2 “Although a pro se litigant’s pleadings are to be construed liberally and held to

a less stringent standard than formal pleadings drafted by lawyers, this court has

repeatedly insisted that pro se parties follow the same rules of procedure that govern

other litigants.” Garrett v. Selby Connor Maddux & Janer, 425 F.3d 836, 840

(10th Cir. 2005) (citation, brackets, and internal quotation marks omitted). Because

Mr. Lester failed to address the merits of the district court’s judgment of dismissal in

his opening brief, we deem any challenge to the judgment waived. See COPE v.

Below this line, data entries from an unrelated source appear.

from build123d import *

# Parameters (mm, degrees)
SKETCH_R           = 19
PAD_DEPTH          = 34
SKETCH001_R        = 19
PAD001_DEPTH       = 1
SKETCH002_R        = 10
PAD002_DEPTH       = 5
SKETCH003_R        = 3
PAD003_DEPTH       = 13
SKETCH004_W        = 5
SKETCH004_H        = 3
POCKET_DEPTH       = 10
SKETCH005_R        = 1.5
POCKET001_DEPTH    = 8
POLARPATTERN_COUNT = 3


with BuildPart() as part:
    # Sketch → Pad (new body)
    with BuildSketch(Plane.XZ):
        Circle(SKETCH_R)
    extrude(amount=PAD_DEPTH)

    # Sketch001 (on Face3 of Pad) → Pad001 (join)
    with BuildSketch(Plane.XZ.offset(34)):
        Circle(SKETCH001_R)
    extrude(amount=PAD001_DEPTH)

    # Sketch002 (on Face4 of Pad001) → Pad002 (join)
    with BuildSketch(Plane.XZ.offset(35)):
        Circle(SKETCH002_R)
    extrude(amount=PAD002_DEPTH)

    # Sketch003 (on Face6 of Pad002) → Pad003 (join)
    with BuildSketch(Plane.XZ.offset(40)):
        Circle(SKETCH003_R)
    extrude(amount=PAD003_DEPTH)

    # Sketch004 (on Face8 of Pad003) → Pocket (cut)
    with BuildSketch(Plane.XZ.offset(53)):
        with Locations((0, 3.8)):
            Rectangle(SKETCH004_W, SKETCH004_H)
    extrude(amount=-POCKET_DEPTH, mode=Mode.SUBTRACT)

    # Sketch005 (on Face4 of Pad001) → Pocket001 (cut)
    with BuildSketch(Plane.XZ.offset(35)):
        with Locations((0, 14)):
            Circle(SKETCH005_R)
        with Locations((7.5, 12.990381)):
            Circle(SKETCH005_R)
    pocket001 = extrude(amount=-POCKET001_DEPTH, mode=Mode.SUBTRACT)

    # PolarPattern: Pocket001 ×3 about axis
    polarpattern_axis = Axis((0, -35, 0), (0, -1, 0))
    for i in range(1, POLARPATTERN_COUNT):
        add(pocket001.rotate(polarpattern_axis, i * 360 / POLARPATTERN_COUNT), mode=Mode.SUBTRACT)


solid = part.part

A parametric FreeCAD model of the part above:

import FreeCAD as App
import Part
import Sketcher
Q = App.Units.Quantity

doc = App.newDocument("Part")
body = doc.addObject("PartDesign::Body", "Body")

# Sketch on XZ plane
sketch1 = doc.addObject("Sketcher::SketchObject", "Sketch")
body.addObject(sketch1)
sketch1.AttachmentSupport = (doc.XZ_Plane, [""])
sketch1.MapMode = "FlatFace"
sketch1.addGeometry(Part.Circle(App.Vector(0, 0, 0), App.Vector(0, 0, 1), 19), False)
sketch1.addConstraint([
    Sketcher.Constraint("Coincident", 0, 3, -1, 1),
    Sketcher.Constraint("Diameter", 0, Q("38 mm")),
])
pad1 = doc.addObject("PartDesign::Pad", "Pad")
body.addObject(pad1)
pad1.Profile = sketch1
pad1.Length = 34

# Sketch on XZ plane
sketch2 = doc.addObject("Sketcher::SketchObject", "Sketch001")
body.addObject(sketch2)
sketch2.AttachmentSupport = (doc.XZ_Plane, [""])
sketch2.MapMode = "FlatFace"
sketch2.AttachmentOffset = App.Placement(App.Vector(0, 0, 34), App.Rotation())
sketch2.addGeometry(Part.Circle(App.Vector(0, 0, 0), App.Vector(0, 0, 1), 19), False)
sketch2.addConstraint([
    Sketcher.Constraint("Coincident", 0, 3, -1, 1),
    Sketcher.Constraint("Diameter", 0, Q("38 mm")),
])
pad2 = doc.addObject("PartDesign::Pad", "Pad001")
body.addObject(pad2)
pad2.Profile = sketch2
pad2.Length = 1

# Sketch on XZ plane
sketch3 = doc.addObject("Sketcher::SketchObject", "Sketch002")
body.addObject(sketch3)
sketch3.AttachmentSupport = (doc.XZ_Plane, [""])
sketch3.MapMode = "FlatFace"
sketch3.AttachmentOffset = App.Placement(App.Vector(0, 0, 35), App.Rotation())
sketch3.addGeometry(Part.Circle(App.Vector(0, 0, 0), App.Vector(0, 0, 1), 10), False)
sketch3.addConstraint([
    Sketcher.Constraint("Coincident", 0, 3, -1, 1),
    Sketcher.Constraint("Diameter", 0, Q("20 mm")),
])
pad3 = doc.addObject("PartDesign::Pad", "Pad002")
body.addObject(pad3)
pad3.Profile = sketch3
pad3.Length = 5

# Sketch on XZ plane
sketch4 = doc.addObject("Sketcher::SketchObject", "Sketch003")
body.addObject(sketch4)
sketch4.AttachmentSupport = (doc.XZ_Plane, [""])
sketch4.MapMode = "FlatFace"
sketch4.AttachmentOffset = App.Placement(App.Vector(0, 0, 40), App.Rotation())
sketch4.addGeometry(Part.Circle(App.Vector(0, 0, 0), App.Vector(0, 0, 1), 3), False)
sketch4.addConstraint([
    Sketcher.Constraint("Coincident", 0, 3, -1, 1),
    Sketcher.Constraint("Diameter", 0, Q("6 mm")),
])
pad4 = doc.addObject("PartDesign::Pad", "Pad003")
body.addObject(pad4)
pad4.Profile = sketch4
pad4.Length = 13

# Sketch on XZ plane
sketch5 = doc.addObject("Sketcher::SketchObject", "Sketch004")
body.addObject(sketch5)
sketch5.AttachmentSupport = (doc.XZ_Plane, [""])
sketch5.MapMode = "FlatFace"
sketch5.AttachmentOffset = App.Placement(App.Vector(0, 0, 53), App.Rotation())
sketch5.addGeometry([
    Part.LineSegment(App.Vector(-2.5, 5.3, 0), App.Vector(-2.5, 2.3, 0)),
    Part.LineSegment(App.Vector(-2.5, 2.3, 0), App.Vector(2.5, 2.3, 0)),
    Part.LineSegment(App.Vector(2.5, 2.3, 0), App.Vector(2.5, 5.3, 0)),
    Part.LineSegment(App.Vector(2.5, 5.3, 0), App.Vector(-2.5, 5.3, 0)),
], False)
sketch5.addConstraint([
    Sketcher.Constraint("Coincident", 0, 2, 1, 1),
    Sketcher.Constraint("Coincident", 1, 2, 2, 1),
    Sketcher.Constraint("Coincident", 2, 2, 3, 1),
    Sketcher.Constraint("Coincident", 3, 2, 0, 1),
    Sketcher.Constraint("Vertical", 0),
    Sketcher.Constraint("Horizontal", 1),
    Sketcher.Constraint("Vertical", 2),
    Sketcher.Constraint("Horizontal", 3),
    Sketcher.Constraint("DistanceX", 1, 1, 1, 2, Q("5 mm")),
    Sketcher.Constraint("DistanceY", 0, 2, 0, 1, Q("3 mm")),
    Sketcher.Constraint("DistanceX", 0, 2, -1, 1, Q("2.5 mm")),
    Sketcher.Constraint("DistanceY", -1, 1, 0, 2, Q("2.3 mm")),
])
pocket1 = doc.addObject("PartDesign::Pocket", "Pocket")
body.addObject(pocket1)
pocket1.Profile = sketch5
pocket1.Length = 10

# Sketch on XZ plane
sketch6 = doc.addObject("Sketcher::SketchObject", "Sketch005")
body.addObject(sketch6)
sketch6.AttachmentSupport = (doc.XZ_Plane, [""])
sketch6.MapMode = "FlatFace"
sketch6.AttachmentOffset = App.Placement(App.Vector(0, 0, 35), App.Rotation())
sketch6.addGeometry([
    Part.Circle(App.Vector(0, 14, 0), App.Vector(0, 0, 1), 1.5),
    Part.Circle(App.Vector(7.5, 13, 0), App.Vector(0, 0, 1), 1.5),
], False)
sketch6.addConstraint([
    Sketcher.Constraint("Equal", 0, 1),
    Sketcher.Constraint("PointOnObject", 0, 3, -2),
    Sketcher.Constraint("Diameter", 0, Q("3 mm")),
    Sketcher.Constraint("DistanceY", -1, 1, 0, 3, Q("14 mm")),
    Sketcher.Constraint("DistanceX", -1, 1, 1, 3, Q("7.5 mm")),
    Sketcher.Constraint("DistanceY", -1, 1, 1, 3, Q("12.990381 mm")),
])
pocket2 = doc.addObject("PartDesign::Pocket", "Pocket001")
body.addObject(pocket2)
pocket2.Profile = sketch6
pocket2.Length = 8
doc.recompute()

polarpattern = doc.addObject("PartDesign::PolarPattern", "PolarPattern")
body.addObject(polarpattern)
polarpattern.Originals = [pocket2]
polarpattern.Axis = (doc.Y_Axis, [""])
polarpattern.Angle = 360
polarpattern.Occurrences = 3
body.Tip = polarpattern

doc.recompute()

Kan. State Bd. of Educ., 821 F.3d 1215, 1223 (10th Cir. 2016) (“Appellants do not

raise this argument in their opening brief, and so it is waived.”), cert. denied,

137 S. Ct. 475 (2016); see also Balaber-Strauss v. Reichard (In re Tampa Chain

Co.), 835 F.2d 54, 56 (2d Cir. 1987) (affirming district court’s dismissal of appeal

where appellants “argue[d] only the merits of their bankruptcy appeal, which of

course are not before us, and [did] not even address the failure-to-prosecute ground

of the district court’s dismissal of that appeal”).

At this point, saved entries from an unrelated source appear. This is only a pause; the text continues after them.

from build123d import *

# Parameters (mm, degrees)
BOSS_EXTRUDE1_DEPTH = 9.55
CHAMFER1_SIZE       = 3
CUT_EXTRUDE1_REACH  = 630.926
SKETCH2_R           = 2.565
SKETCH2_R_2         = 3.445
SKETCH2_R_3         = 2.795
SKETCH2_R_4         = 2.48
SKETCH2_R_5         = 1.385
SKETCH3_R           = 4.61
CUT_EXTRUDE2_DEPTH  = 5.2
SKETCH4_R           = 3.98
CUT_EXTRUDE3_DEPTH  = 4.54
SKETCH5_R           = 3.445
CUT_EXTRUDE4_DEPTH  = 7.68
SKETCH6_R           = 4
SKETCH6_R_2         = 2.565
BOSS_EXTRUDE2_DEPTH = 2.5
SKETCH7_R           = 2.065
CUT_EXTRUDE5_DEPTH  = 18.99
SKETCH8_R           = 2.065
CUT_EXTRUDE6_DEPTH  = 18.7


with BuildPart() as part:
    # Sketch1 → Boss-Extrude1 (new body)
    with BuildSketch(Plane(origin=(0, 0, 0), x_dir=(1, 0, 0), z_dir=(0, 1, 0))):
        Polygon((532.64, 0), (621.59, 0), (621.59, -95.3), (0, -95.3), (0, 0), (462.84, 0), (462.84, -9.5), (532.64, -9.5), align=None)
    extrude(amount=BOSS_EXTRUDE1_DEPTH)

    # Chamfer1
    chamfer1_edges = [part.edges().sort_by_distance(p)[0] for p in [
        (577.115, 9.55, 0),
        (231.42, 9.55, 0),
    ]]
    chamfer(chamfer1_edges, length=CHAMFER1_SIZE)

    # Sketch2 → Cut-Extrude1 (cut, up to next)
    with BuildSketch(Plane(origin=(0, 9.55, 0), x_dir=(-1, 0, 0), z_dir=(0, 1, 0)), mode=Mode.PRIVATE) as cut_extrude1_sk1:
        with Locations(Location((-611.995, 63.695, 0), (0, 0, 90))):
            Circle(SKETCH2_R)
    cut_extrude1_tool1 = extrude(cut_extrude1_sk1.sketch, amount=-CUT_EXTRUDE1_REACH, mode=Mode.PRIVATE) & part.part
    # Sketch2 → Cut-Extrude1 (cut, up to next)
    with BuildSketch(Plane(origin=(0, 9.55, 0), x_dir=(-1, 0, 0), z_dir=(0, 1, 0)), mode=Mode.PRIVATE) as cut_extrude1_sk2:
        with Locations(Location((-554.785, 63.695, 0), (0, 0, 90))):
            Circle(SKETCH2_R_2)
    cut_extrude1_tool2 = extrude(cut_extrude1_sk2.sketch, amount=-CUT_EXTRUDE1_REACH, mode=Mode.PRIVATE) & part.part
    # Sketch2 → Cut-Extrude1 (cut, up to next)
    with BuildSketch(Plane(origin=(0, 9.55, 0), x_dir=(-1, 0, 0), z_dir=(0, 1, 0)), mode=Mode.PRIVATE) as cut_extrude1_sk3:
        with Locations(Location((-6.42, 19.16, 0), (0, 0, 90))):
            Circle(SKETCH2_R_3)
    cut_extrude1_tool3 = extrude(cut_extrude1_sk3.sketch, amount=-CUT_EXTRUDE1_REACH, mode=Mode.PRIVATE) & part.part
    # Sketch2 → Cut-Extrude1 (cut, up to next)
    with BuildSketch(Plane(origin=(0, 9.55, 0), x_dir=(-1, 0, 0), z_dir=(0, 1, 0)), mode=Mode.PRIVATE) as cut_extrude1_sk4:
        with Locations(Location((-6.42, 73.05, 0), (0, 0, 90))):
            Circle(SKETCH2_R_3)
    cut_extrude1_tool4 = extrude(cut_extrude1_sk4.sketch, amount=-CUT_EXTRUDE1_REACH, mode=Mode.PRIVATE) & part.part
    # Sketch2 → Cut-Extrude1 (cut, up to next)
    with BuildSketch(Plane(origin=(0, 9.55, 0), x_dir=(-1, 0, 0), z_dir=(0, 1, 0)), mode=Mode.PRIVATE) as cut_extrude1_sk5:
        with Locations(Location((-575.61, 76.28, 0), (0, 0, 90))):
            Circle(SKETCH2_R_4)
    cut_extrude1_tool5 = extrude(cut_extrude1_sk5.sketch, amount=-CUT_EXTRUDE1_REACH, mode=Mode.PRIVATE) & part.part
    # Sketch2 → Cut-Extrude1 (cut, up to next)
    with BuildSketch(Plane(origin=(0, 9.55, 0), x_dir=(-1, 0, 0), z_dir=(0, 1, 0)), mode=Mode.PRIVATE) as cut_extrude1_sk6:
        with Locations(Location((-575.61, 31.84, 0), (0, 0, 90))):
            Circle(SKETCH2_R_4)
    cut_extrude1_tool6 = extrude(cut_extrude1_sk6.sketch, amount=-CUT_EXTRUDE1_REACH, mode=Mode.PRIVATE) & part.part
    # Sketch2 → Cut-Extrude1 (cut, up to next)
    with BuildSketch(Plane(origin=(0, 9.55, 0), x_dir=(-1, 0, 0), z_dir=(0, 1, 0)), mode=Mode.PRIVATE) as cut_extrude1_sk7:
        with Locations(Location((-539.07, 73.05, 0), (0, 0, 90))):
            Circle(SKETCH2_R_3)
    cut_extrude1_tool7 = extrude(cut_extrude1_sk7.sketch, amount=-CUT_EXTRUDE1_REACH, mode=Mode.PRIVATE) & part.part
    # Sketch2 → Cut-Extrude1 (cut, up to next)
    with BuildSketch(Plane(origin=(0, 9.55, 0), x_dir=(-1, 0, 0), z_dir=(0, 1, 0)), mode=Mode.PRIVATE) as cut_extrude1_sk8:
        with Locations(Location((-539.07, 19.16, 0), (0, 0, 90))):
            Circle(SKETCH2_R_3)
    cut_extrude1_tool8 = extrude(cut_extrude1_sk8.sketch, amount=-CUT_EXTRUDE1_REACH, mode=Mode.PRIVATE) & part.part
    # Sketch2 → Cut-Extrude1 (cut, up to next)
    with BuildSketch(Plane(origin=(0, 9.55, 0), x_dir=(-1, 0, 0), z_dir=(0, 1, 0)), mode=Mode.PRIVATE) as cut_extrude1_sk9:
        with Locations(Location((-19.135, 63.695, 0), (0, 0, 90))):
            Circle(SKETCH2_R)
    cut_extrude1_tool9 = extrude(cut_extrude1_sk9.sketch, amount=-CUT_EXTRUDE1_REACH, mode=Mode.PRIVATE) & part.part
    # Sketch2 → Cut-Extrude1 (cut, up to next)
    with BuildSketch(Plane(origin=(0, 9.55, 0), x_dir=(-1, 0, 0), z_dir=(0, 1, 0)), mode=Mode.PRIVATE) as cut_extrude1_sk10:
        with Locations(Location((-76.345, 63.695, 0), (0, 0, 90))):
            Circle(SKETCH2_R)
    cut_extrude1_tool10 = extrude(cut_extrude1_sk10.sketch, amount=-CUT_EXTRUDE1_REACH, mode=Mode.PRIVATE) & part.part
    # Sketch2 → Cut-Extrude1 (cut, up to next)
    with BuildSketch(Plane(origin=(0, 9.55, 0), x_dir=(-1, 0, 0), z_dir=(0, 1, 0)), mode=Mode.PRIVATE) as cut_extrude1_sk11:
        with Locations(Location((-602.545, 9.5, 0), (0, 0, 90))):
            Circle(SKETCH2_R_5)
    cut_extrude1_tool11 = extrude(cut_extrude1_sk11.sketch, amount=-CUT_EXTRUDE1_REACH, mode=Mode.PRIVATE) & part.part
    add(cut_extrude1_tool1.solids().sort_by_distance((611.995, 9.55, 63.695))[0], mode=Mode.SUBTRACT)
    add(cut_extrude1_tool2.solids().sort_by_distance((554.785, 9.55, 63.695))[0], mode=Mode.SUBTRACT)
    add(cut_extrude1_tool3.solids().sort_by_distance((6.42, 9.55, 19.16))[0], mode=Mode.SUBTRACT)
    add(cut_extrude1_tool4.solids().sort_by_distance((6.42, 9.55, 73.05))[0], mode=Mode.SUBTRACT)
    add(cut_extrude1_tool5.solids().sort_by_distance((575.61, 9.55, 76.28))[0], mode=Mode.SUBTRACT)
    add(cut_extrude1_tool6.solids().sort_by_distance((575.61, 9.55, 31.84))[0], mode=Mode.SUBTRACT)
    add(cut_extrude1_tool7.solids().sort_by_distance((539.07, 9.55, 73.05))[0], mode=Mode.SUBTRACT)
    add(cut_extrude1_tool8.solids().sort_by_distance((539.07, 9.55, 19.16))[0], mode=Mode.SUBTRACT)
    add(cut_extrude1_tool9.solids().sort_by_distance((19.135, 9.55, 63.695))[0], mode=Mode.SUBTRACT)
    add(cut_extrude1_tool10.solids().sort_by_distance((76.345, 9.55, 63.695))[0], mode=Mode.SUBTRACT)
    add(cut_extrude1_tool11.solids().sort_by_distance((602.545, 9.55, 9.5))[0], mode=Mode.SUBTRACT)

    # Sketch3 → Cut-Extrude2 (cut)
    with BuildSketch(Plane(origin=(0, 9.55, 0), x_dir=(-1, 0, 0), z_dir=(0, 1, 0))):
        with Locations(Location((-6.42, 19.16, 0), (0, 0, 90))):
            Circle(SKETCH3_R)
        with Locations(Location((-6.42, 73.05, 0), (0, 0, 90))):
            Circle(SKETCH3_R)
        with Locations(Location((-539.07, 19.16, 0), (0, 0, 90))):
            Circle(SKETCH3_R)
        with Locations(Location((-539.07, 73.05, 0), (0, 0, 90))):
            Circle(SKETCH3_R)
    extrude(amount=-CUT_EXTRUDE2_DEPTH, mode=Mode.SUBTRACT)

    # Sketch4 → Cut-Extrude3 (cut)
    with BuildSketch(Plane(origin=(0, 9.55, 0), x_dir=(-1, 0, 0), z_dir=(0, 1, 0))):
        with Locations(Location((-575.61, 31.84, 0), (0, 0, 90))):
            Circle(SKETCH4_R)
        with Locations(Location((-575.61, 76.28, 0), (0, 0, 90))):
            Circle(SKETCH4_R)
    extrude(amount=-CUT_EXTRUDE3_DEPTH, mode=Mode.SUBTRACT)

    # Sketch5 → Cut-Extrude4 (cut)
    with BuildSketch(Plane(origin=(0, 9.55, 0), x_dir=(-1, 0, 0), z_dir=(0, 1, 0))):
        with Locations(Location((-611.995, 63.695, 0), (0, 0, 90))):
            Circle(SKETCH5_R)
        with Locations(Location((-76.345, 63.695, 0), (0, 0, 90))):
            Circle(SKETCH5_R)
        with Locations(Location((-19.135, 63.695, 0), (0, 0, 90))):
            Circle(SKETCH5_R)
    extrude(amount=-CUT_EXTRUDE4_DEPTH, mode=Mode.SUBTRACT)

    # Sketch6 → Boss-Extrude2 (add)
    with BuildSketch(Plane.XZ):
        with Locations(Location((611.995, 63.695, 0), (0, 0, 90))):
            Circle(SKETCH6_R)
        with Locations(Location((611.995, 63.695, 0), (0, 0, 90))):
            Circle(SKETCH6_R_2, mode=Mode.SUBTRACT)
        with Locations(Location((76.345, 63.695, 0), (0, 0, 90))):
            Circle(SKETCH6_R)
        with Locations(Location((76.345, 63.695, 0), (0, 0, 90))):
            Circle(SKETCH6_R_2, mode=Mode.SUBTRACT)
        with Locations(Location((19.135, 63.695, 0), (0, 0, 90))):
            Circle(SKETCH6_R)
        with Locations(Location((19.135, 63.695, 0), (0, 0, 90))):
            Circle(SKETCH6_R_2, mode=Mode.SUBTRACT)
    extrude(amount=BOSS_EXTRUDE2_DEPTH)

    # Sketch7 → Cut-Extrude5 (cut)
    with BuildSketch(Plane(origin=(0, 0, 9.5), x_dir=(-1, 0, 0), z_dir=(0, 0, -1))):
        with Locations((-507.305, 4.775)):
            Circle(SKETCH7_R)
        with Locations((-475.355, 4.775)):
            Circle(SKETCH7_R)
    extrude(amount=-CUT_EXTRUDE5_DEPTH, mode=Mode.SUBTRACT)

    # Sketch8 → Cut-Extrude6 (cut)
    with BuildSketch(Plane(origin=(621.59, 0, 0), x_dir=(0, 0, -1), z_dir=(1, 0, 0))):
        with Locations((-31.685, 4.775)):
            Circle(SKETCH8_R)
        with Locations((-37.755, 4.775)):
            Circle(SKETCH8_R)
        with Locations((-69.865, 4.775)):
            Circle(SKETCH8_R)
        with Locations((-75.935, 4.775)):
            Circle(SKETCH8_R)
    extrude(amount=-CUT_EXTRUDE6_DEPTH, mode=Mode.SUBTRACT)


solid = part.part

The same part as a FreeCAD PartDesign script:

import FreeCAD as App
import Part
import Sketcher
from FreeCAD import Vector
Q = App.Units.Quantity


def edges_at(feature, points):
    """Names of the edges that pass closest to the given points."""
    edges = feature.Shape.Edges
    near = lambda p: min(range(len(edges)), key=lambda i: edges[i].distToShape(Part.Vertex(*p))[0])
    return sorted({f"Edge{near(p) + 1}" for p in points})

doc = App.newDocument("Part")
body = doc.addObject("PartDesign::Body", "Body")

# Sketch on XZ plane
sketch1 = body.newObject("Sketcher::SketchObject", "Sketch")
sketch1.AttachmentSupport = (doc.getObject("XZ_Plane"), [""])
sketch1.MapMode = "FlatFace"
sketch1.addGeometry(Part.LineSegment(Vector(622, 0, 0), Vector(533, 0, 0)), False)
sketch1.addGeometry(Part.LineSegment(Vector(533, 0, 0), Vector(533, 10, 0)), False)
sketch1.addGeometry(Part.LineSegment(Vector(533, 10, 0), Vector(463, 10, 0)), False)
sketch1.addGeometry(Part.LineSegment(Vector(463, 10, 0), Vector(463, 0, 0)), False)
sketch1.addGeometry(Part.LineSegment(Vector(463, 0, 0), Vector(0, 0, 0)), False)
sketch1.addGeometry(Part.LineSegment(Vector(0, 0, 0), Vector(0, 95, 0)), False)
sketch1.addGeometry(Part.LineSegment(Vector(0, 95, 0), Vector(622, 95, 0)), False)
sketch1.addGeometry(Part.LineSegment(Vector(622, 95, 0), Vector(622, 0, 0)), False)
sketch1.addConstraint(Sketcher.Constraint("Coincident", 0, 2, 1, 1))
sketch1.addConstraint(Sketcher.Constraint("Coincident", 1, 2, 2, 1))
sketch1.addConstraint(Sketcher.Constraint("Coincident", 2, 2, 3, 1))
sketch1.addConstraint(Sketcher.Constraint("Coincident", 3, 2, 4, 1))
sketch1.addConstraint(Sketcher.Constraint("Coincident", 4, 2, 5, 1))
sketch1.addConstraint(Sketcher.Constraint("Coincident", 5, 2, 6, 1))
sketch1.addConstraint(Sketcher.Constraint("Coincident", 6, 2, 7, 1))
sketch1.addConstraint(Sketcher.Constraint("Coincident", 7, 2, 0, 1))
sketch1.addConstraint(Sketcher.Constraint("Horizontal", 0))
sketch1.addConstraint(Sketcher.Constraint("Vertical", 1))
sketch1.addConstraint(Sketcher.Constraint("Horizontal", 2))
sketch1.addConstraint(Sketcher.Constraint("Vertical", 3))
sketch1.addConstraint(Sketcher.Constraint("Horizontal", 4))
sketch1.addConstraint(Sketcher.Constraint("Vertical", 5))
sketch1.addConstraint(Sketcher.Constraint("Horizontal", 6))
sketch1.addConstraint(Sketcher.Constraint("Vertical", 7))
sketch1.addConstraint(Sketcher.Constraint("Coincident", 4, 2, -1, 1))
sketch1.addConstraint(Sketcher.Constraint("PointOnObject", 0, 2, -1))
sketch1.addConstraint(Sketcher.Constraint("DistanceX", 2, 2, 2, 1, Q("69.8 mm")))
sketch1.addConstraint(Sketcher.Constraint("DistanceY", 1, 1, 1, 2, Q("9.5 mm")))
sketch1.addConstraint(Sketcher.Constraint("DistanceY", 5, 1, 5, 2, Q("95.3 mm")))
sketch1.addConstraint(Sketcher.Constraint("DistanceX", 0, 2, 0, 1, Q("88.95 mm")))
sketch1.addConstraint(Sketcher.Constraint("DistanceX", 4, 2, 4, 1, Q("462.84 mm")))
pad1 = body.newObject("PartDesign::Pad", "Pad")
pad1.Profile = sketch1
pad1.Length = 9.55
pad1.Reversed = True
doc.recompute()

chamfer = body.newObject("PartDesign::Chamfer", "Chamfer")
chamfer.Base = (pad1, edges_at(pad1, [(577.115, 9.55, 0), (231.42, 9.55, 0)]))
chamfer.Size = 3

# Sketch on XZ plane
sketch2 = body.newObject("Sketcher::SketchObject", "Sketch001")
sketch2.AttachmentSupport = (doc.getObject("XZ_Plane"), [""])
sketch2.MapMode = "FlatFace"
sketch2.AttachmentOffset = App.Placement(Vector(0, 0, -9.55), App.Rotation())
sketch2.addGeometry(Part.Circle(Vector(612, 63.7, 0), Vector(0, 0, 1), 2.6), False)
sketch2.addConstraint(Sketcher.Constraint("Diameter", 0, Q("5.13 mm")))
sketch2.addConstraint(Sketcher.Constraint("DistanceX", -1, 1, 0, 3, Q("611.995 mm")))
sketch2.addConstraint(Sketcher.Constraint("DistanceY", -1, 1, 0, 3, Q("63.695 mm")))
pocket1 = body.newObject("PartDesign::Pocket", "Pocket")
pocket1.Profile = sketch2
pocket1.Type = "UpToFirst"
pocket1.Reversed = True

In his reply brief, Mr. Lester claims he paid the filing fee and that the

“payment was then routed to the correct department.” Aplt. Reply Br. at 2. We

generally deem waived arguments raised for the first time in a reply brief. See Toevs

v. Reid, 685 F.3d 903, 911 (10th Cir. 2012) (“Arguments not clearly made in a

party’s opening brief are deemed waived.”). Even if we were to consider this

argument, see Garrett, 425 F.3d at 840 (indicating that appellate court may have

discretion to review issues raised in inadequate briefing), this cursory claim is not

supported by a citation to the record, see Fed. R. App. P. 28(a)(8)(A) (requiring

3 appellant’s brief to contain “citations to . . . parts of the record on which the appellant

relies”), and is contrary to the district court’s July 18, 2017, minute order. Nor has

he demonstrated that the payment was routed to the correct court. Consequently, it is

insufficient to demonstrate error in the dismissal order, so we affirm the judgment of

dismissal.

III. Conclusion

Mr. Lester seeks leave to proceed IFP in this appeal. The district court denied

leave to proceed IFP on appeal. We agree with the district court that this appeal was

not taken in good faith, as Mr. Lester has stated no basis for challenging the propriety

of the court’s dismissal order. We thus deny Mr. Lester’s request to proceed on

appeal IFP and remind him that he remains obligated to pay all appellate fees to the

district court.

Appellee’s motion to strike Mr. Lester’s appellate brief is denied as moot. The

district court’s judgment of dismissal is affirmed.